----- Working data

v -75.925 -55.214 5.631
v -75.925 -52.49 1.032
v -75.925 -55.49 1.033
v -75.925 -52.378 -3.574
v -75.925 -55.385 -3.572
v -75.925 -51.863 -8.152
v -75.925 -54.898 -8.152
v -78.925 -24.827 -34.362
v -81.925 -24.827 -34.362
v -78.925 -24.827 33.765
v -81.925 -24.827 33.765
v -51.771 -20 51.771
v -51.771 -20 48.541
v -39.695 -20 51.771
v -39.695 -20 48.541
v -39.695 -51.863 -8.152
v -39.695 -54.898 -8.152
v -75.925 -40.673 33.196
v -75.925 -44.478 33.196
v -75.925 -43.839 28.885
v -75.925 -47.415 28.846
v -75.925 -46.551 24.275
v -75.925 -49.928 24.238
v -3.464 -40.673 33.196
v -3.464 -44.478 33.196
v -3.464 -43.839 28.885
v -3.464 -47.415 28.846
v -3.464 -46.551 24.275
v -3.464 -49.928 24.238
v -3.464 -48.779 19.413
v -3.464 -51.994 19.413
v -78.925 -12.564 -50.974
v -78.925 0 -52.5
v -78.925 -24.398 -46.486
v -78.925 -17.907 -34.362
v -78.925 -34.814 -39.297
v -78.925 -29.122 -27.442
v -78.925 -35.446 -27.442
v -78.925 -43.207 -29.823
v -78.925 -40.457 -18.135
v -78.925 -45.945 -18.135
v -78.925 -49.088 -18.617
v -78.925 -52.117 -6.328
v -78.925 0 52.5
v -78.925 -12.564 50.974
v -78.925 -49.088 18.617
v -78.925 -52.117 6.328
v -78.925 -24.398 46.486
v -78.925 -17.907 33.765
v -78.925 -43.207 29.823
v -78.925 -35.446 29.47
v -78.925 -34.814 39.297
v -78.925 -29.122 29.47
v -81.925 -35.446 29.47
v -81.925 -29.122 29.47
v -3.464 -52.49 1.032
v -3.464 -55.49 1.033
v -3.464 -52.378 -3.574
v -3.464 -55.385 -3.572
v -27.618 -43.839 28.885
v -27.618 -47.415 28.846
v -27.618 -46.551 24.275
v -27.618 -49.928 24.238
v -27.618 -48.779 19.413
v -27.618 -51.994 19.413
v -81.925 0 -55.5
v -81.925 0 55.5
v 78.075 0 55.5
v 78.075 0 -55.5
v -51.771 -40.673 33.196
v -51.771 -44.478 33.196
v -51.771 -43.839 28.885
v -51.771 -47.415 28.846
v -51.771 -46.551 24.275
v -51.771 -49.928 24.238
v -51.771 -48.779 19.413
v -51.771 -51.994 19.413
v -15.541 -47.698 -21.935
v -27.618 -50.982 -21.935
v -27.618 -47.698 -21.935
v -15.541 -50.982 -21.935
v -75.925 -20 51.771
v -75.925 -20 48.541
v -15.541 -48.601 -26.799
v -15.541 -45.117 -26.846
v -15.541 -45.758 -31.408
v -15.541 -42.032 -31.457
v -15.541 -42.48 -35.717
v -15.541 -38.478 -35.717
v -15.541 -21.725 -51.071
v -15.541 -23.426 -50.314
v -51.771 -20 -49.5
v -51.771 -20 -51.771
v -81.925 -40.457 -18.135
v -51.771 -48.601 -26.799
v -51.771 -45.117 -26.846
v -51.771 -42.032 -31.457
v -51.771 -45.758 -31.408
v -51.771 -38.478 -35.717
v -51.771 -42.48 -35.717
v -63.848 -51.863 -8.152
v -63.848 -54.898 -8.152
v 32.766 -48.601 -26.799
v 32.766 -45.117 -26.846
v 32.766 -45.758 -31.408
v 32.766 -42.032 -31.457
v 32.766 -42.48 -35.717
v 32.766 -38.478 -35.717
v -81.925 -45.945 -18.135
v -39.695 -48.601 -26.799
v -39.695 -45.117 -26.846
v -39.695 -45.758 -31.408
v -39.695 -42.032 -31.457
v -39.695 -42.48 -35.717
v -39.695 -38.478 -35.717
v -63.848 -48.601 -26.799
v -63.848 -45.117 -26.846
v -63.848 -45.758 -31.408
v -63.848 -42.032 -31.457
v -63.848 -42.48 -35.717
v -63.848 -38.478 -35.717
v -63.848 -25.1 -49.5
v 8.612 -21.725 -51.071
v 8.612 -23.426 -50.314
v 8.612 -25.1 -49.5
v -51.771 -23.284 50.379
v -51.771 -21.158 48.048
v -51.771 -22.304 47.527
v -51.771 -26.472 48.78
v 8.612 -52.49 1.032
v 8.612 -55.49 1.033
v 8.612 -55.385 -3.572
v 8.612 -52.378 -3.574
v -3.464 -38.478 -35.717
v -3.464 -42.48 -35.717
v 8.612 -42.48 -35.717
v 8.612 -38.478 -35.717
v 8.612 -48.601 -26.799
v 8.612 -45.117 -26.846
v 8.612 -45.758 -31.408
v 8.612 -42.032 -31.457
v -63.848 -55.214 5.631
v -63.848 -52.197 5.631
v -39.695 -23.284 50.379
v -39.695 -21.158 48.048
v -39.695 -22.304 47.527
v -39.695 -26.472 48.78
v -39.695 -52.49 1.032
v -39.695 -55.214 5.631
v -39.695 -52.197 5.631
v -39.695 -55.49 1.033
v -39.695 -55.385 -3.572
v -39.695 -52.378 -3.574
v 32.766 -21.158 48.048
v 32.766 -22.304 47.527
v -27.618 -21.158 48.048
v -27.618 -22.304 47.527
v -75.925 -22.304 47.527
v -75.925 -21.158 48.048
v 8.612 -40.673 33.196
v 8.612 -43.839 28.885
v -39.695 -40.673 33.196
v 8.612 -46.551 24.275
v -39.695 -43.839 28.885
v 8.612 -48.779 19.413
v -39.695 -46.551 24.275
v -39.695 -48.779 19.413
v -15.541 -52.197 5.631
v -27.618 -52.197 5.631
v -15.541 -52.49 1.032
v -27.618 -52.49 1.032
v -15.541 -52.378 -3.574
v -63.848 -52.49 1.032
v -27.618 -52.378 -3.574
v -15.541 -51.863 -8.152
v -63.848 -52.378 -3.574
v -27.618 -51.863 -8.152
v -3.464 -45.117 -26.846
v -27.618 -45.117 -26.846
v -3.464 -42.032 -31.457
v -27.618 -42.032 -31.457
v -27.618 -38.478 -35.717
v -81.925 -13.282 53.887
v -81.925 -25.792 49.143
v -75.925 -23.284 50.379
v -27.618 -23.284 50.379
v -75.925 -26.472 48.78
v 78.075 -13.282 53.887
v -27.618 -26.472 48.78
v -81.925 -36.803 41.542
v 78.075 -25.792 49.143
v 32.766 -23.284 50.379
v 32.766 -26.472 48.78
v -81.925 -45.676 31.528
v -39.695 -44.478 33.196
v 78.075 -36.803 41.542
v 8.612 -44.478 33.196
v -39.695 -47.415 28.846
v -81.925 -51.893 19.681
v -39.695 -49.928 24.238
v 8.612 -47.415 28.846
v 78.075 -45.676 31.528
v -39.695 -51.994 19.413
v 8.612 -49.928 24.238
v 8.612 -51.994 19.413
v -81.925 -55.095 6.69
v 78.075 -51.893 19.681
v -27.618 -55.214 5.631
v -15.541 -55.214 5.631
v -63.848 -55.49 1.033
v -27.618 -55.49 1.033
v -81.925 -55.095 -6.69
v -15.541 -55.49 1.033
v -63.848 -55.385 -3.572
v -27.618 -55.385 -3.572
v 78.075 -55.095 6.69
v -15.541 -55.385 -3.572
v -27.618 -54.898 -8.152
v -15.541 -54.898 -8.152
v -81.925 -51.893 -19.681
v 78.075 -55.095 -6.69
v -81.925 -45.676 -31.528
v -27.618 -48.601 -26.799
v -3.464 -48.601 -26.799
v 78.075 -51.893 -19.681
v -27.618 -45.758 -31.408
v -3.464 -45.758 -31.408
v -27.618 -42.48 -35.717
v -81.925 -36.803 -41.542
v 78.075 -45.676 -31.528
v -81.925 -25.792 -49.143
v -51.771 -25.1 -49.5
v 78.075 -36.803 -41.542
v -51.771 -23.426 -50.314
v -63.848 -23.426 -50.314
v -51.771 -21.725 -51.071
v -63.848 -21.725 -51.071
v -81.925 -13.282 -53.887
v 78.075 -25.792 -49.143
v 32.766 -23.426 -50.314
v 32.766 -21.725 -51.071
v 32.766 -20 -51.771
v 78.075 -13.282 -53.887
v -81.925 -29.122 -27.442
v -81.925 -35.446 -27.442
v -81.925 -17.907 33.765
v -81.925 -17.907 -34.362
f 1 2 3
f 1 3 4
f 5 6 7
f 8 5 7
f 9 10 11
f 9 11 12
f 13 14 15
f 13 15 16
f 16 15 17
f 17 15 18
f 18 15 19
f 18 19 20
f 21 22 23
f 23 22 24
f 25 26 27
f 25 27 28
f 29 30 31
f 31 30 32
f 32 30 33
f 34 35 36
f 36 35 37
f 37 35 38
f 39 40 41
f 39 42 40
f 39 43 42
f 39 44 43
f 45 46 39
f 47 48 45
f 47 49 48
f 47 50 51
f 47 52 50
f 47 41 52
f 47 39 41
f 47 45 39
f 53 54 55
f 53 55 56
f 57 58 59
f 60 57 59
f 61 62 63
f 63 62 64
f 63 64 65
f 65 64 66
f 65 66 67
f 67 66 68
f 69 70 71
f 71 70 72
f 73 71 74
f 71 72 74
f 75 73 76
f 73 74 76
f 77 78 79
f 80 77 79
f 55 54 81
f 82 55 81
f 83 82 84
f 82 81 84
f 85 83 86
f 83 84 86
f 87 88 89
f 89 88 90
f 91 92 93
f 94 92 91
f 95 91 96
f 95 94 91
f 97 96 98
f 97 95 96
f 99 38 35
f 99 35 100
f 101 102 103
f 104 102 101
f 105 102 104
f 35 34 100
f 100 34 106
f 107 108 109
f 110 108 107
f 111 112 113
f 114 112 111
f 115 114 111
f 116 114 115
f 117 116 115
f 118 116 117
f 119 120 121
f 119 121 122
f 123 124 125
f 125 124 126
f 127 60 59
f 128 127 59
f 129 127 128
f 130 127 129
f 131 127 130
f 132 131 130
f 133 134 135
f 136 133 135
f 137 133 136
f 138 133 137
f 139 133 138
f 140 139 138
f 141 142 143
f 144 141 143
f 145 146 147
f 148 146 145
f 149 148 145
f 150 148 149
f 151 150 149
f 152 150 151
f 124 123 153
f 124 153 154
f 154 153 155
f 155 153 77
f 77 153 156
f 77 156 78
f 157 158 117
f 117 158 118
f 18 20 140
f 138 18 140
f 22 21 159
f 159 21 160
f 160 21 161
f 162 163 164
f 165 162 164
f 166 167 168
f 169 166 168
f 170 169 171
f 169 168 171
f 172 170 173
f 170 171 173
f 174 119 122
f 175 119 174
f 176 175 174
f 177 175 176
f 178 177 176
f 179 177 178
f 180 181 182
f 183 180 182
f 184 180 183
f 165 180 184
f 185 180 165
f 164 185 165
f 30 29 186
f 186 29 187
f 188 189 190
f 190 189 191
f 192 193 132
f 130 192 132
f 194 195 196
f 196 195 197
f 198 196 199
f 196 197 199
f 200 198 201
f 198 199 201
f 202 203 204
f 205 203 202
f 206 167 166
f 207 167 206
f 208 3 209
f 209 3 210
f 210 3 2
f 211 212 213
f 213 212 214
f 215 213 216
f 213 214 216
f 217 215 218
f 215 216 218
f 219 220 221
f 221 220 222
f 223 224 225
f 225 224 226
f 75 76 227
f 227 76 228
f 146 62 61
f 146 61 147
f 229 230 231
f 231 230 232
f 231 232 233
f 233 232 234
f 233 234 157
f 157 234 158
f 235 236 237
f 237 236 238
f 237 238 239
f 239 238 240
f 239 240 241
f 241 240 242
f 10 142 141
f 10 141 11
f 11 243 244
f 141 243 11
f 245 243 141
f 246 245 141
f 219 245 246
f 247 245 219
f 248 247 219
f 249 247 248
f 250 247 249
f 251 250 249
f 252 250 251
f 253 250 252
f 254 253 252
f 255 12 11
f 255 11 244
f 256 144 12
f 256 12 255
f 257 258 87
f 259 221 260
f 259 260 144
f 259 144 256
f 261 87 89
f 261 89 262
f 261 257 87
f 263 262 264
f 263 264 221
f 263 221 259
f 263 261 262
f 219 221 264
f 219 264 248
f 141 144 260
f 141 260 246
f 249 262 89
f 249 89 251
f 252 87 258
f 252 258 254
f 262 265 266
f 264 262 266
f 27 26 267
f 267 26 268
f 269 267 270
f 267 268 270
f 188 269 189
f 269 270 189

----------
----- Working data

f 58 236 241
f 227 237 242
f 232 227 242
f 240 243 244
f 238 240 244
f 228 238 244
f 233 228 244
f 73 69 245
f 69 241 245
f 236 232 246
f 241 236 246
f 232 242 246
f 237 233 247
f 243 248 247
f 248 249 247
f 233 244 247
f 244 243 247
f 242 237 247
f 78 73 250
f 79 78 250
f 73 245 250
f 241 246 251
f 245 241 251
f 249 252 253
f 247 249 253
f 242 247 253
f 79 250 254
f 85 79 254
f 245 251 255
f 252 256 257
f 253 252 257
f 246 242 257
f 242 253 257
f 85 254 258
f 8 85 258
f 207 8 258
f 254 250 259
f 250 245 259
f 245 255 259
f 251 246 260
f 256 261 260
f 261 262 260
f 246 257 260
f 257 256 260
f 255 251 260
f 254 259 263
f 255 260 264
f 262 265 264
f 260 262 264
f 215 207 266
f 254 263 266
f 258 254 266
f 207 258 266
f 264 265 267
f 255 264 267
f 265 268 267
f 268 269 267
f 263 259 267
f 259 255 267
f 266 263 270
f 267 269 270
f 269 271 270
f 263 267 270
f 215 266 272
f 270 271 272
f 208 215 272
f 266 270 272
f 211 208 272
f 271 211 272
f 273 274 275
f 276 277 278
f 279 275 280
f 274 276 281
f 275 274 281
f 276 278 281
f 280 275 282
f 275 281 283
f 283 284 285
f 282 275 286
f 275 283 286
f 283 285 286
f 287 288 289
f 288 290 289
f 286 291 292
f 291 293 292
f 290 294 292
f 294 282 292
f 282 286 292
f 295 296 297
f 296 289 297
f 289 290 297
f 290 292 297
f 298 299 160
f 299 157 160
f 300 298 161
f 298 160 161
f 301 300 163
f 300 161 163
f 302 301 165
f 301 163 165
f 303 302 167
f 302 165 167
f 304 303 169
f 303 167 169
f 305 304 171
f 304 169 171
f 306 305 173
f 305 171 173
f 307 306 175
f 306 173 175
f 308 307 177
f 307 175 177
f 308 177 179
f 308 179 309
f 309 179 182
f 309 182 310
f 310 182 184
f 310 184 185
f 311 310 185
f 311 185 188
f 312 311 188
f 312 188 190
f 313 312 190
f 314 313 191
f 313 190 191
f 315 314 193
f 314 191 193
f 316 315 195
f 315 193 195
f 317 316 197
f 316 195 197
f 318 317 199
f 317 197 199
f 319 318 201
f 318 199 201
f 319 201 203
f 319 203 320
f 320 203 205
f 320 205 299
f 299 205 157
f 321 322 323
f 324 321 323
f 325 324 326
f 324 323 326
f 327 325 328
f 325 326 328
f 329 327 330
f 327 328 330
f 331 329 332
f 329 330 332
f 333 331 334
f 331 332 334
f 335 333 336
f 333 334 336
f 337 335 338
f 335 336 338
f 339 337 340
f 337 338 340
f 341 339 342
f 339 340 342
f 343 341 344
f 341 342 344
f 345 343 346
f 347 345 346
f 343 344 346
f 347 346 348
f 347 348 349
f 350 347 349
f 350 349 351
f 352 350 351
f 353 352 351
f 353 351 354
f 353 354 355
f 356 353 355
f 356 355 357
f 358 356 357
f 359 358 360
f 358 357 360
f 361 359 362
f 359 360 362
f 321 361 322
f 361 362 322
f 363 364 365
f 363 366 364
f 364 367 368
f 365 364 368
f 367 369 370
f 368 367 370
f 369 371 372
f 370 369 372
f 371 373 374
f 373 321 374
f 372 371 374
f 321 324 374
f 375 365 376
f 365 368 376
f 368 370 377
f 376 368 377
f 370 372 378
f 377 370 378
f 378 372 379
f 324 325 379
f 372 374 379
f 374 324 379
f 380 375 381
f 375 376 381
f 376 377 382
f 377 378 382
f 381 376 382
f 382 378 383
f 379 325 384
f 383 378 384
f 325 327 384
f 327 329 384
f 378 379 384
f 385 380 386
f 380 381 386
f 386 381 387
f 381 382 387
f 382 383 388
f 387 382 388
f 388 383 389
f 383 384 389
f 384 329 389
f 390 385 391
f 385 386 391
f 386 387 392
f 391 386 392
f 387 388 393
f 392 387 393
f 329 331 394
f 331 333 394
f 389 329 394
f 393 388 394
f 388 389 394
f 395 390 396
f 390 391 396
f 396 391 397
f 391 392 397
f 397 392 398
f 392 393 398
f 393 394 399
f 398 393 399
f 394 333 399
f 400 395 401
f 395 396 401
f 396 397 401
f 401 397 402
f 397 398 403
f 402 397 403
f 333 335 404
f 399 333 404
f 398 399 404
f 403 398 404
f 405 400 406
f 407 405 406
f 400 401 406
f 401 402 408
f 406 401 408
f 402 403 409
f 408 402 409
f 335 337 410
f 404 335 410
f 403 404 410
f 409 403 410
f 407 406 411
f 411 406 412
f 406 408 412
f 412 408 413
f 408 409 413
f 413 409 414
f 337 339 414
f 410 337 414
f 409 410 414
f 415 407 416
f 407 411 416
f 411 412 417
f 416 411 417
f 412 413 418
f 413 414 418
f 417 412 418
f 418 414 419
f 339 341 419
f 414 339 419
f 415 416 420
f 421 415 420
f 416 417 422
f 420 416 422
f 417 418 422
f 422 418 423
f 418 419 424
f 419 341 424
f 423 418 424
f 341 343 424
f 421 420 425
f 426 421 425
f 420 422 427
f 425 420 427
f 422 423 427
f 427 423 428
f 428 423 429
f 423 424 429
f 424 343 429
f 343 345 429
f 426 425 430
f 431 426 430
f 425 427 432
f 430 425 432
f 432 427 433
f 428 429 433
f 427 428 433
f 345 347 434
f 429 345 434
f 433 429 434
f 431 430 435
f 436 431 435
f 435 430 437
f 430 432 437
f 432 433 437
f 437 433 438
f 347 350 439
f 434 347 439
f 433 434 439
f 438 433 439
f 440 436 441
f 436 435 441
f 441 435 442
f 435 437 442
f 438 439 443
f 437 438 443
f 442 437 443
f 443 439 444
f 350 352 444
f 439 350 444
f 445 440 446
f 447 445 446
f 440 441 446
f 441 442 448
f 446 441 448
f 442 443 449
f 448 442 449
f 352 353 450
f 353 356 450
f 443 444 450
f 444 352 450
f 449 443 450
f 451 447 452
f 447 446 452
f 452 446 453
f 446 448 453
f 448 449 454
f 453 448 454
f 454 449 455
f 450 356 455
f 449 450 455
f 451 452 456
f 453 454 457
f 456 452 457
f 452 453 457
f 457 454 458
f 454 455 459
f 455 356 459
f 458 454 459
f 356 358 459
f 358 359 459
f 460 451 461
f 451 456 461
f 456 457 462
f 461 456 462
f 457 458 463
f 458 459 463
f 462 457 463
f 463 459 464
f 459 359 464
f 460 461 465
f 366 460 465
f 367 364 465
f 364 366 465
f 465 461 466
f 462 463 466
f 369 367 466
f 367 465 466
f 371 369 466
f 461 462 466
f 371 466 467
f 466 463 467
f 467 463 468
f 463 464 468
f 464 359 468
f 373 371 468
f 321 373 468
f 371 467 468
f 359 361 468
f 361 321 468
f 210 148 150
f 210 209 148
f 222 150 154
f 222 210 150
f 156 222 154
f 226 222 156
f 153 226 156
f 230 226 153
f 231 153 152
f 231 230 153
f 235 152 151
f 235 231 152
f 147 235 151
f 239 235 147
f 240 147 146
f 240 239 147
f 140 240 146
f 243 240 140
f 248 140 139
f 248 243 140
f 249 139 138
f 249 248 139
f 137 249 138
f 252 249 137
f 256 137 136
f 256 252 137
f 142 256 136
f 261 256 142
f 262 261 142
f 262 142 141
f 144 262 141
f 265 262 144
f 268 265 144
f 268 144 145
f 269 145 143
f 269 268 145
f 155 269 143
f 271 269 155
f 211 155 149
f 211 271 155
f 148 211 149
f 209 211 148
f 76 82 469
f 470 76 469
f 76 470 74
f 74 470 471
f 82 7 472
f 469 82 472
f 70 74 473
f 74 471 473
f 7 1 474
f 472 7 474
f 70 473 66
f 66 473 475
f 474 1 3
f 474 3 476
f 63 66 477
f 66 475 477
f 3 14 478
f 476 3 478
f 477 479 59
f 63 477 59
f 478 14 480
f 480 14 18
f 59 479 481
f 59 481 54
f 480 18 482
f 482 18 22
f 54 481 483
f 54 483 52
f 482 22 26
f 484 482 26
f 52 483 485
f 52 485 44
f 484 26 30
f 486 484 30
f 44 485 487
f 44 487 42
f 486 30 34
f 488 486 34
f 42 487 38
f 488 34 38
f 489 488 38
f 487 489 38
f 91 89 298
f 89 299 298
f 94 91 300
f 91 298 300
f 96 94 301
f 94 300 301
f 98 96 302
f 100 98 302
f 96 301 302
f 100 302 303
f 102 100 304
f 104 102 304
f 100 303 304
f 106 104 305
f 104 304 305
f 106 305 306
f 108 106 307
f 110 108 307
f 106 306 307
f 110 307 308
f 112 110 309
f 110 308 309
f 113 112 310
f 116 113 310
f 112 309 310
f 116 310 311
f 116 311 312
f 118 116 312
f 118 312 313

----------

§ Task brief: After locating the line with "v 32.766 -42.48 -35.717" in the material above, return it and each line after it exactly, ending at the line with "v -63.848 -52.197 5.631".

§ Worked solution:
v 32.766 -42.48 -35.717
v 32.766 -38.478 -35.717
v -81.925 -45.945 -18.135
v -39.695 -48.601 -26.799
v -39.695 -45.117 -26.846
v -39.695 -45.758 -31.408
v -39.695 -42.032 -31.457
v -39.695 -42.48 -35.717
v -39.695 -38.478 -35.717
v -63.848 -48.601 -26.799
v -63.848 -45.117 -26.846
v -63.848 -45.758 -31.408
v -63.848 -42.032 -31.457
v -63.848 -42.48 -35.717
v -63.848 -38.478 -35.717
v -63.848 -25.1 -49.5
v 8.612 -21.725 -51.071
v 8.612 -23.426 -50.314
v 8.612 -25.1 -49.5
v -51.771 -23.284 50.379
v -51.771 -21.158 48.048
v -51.771 -22.304 47.527
v -51.771 -26.472 48.78
v 8.612 -52.49 1.032
v 8.612 -55.49 1.033
v 8.612 -55.385 -3.572
v 8.612 -52.378 -3.574
v -3.464 -38.478 -35.717
v -3.464 -42.48 -35.717
v 8.612 -42.48 -35.717
v 8.612 -38.478 -35.717
v 8.612 -48.601 -26.799
v 8.612 -45.117 -26.846
v 8.612 -45.758 -31.408
v 8.612 -42.032 -31.457
v -63.848 -55.214 5.631
v -63.848 -52.197 5.631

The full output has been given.